The three shipped rewriters run at 10 (XrefHtmlRewriter), 20 (LocaleLinkHtmlRewriter), and 30 (BaseUrlHtmlRewriter) — choose a number above 30 to see already-resolved xref/locale/base hrefs, below 10 to preempt xref resolution, or between the built-ins only to deliberately slot into that chain. The example uses 500 so anchors are lowercased after every transport-layer transform has landed.

public int Order => 500;

Register the implementation

HtmlResponseRewritingProcessor resolves every registered IHtmlResponseRewriter from the container and sorts by Order, so a single AddSingleton next to the host wiring is sufficient.

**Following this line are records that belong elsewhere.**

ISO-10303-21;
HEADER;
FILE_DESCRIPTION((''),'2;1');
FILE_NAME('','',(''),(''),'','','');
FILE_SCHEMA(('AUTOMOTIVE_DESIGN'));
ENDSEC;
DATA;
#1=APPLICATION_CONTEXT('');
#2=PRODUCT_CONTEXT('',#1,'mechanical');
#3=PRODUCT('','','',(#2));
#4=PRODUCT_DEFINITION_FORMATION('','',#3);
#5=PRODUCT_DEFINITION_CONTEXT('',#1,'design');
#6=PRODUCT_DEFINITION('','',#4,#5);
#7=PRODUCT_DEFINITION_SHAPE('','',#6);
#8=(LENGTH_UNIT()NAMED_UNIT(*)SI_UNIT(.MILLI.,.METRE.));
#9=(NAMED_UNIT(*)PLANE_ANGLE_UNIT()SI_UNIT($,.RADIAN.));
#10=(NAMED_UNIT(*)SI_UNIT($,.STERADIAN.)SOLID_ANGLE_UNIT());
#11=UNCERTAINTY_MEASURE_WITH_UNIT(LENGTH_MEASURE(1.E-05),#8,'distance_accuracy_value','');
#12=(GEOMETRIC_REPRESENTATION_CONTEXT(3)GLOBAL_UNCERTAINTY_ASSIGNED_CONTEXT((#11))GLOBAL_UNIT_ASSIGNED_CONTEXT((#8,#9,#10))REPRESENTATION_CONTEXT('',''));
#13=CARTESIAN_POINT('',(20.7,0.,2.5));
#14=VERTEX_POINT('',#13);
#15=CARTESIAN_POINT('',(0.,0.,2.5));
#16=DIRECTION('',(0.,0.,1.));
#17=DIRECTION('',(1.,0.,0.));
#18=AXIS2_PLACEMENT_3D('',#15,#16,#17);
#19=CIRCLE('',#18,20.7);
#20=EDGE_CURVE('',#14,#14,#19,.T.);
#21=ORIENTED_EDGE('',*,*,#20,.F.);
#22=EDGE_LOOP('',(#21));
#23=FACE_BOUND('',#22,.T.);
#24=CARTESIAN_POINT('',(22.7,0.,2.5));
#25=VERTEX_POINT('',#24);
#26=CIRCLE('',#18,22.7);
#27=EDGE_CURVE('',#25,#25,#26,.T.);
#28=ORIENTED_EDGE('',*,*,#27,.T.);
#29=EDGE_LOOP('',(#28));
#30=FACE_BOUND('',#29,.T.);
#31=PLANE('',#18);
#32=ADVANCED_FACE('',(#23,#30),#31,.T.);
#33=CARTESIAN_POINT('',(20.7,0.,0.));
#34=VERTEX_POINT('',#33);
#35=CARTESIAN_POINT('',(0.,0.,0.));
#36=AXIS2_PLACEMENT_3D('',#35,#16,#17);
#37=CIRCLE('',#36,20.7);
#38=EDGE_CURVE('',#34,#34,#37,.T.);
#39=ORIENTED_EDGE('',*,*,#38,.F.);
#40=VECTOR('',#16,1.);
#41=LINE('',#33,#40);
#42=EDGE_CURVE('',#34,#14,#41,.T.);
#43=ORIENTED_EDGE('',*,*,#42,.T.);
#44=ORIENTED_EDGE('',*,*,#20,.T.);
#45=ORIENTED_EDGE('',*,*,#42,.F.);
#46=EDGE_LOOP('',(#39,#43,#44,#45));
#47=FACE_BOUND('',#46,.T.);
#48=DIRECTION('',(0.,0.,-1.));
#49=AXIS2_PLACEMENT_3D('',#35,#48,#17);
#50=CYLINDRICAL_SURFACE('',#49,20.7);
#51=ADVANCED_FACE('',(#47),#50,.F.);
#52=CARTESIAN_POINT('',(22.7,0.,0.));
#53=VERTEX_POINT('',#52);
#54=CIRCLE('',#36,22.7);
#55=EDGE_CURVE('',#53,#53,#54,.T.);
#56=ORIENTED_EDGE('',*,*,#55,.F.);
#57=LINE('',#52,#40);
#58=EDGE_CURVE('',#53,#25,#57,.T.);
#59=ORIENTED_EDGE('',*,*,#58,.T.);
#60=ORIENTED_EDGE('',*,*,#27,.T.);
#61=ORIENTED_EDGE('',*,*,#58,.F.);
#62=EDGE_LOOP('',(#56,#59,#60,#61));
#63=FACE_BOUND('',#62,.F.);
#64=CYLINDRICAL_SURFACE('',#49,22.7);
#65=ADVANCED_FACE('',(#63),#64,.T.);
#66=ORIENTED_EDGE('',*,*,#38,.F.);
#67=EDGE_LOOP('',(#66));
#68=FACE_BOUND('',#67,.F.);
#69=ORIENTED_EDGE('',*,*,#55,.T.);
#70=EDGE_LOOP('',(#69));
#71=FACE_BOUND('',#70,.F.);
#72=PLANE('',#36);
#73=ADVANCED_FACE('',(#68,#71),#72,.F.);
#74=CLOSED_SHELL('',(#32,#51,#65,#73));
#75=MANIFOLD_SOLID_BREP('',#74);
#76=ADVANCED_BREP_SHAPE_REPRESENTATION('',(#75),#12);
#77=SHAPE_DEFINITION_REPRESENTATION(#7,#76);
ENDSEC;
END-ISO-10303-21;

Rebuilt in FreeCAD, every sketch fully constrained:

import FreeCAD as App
import Part
import Sketcher

V = App.Vector
Q = App.Units.Quantity

doc = App.newDocument("Part")
body = doc.addObject("PartDesign::Body", "Body")

# Sketch on XY plane
sketch1 = body.newObject("Sketcher::SketchObject", "Sketch")
sketch1.AttachmentSupport = (doc.getObject("XY_Plane"), [""])
sketch1.MapMode = "FlatFace"
sketch1.addGeometry(Part.Circle(V(0, 0, 0), V(0, 0, 1), 22.7), False)
sketch1.addGeometry(Part.Circle(V(0, 0, 0), V(0, 0, 1), 20.7), False)
sketch1.addConstraint(Sketcher.Constraint("Coincident", 0, 3, -1, 1))
sketch1.addConstraint(Sketcher.Constraint("Coincident", 1, 3, -1, 1))
sketch1.addConstraint(Sketcher.Constraint("Diameter", 0, Q("45.4 mm")))
sketch1.addConstraint(Sketcher.Constraint("Diameter", 1, Q("41.4 mm")))
pad1 = body.newObject("PartDesign::Pad", "Pad")
pad1.Profile = sketch1
pad1.Length = 2.5

doc.recompute()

builder.Services.AddSingleton<IHtmlResponseRewriter, AnchorLowercaseRewriter>();

Result

Anchors marked data-lowercase have their text content lowercased, and the sentinel comment is gone from view-source.

Before:

<!--LOWERCASE-SENTINEL-->
<a data-lowercase href="/docs/">Read the DOCS</a>
<a data-lowercase href="/blog/">Latest POSTS</a>

After:

<a data-lowercase href="/docs/">read the docs</a>
<a data-lowercase href="/blog/">latest posts</a>

Anchors without data-lowercase and non-HTML responses pass through unchanged.

Verify

  • Run dotnet run --project examples/ExtensibilityLabExample and visit /lowercase-demo/.
  • Expect every <a data-lowercase> anchor text to be lowercase in the rendered HTML, and <!--LOWERCASE-SENTINEL--> to be absent from view-source.
  • Static build: dotnet run --project examples/ExtensibilityLabExample -- build output — grep output/lowercase-demo/index.html to confirm the rewriter also runs during publish.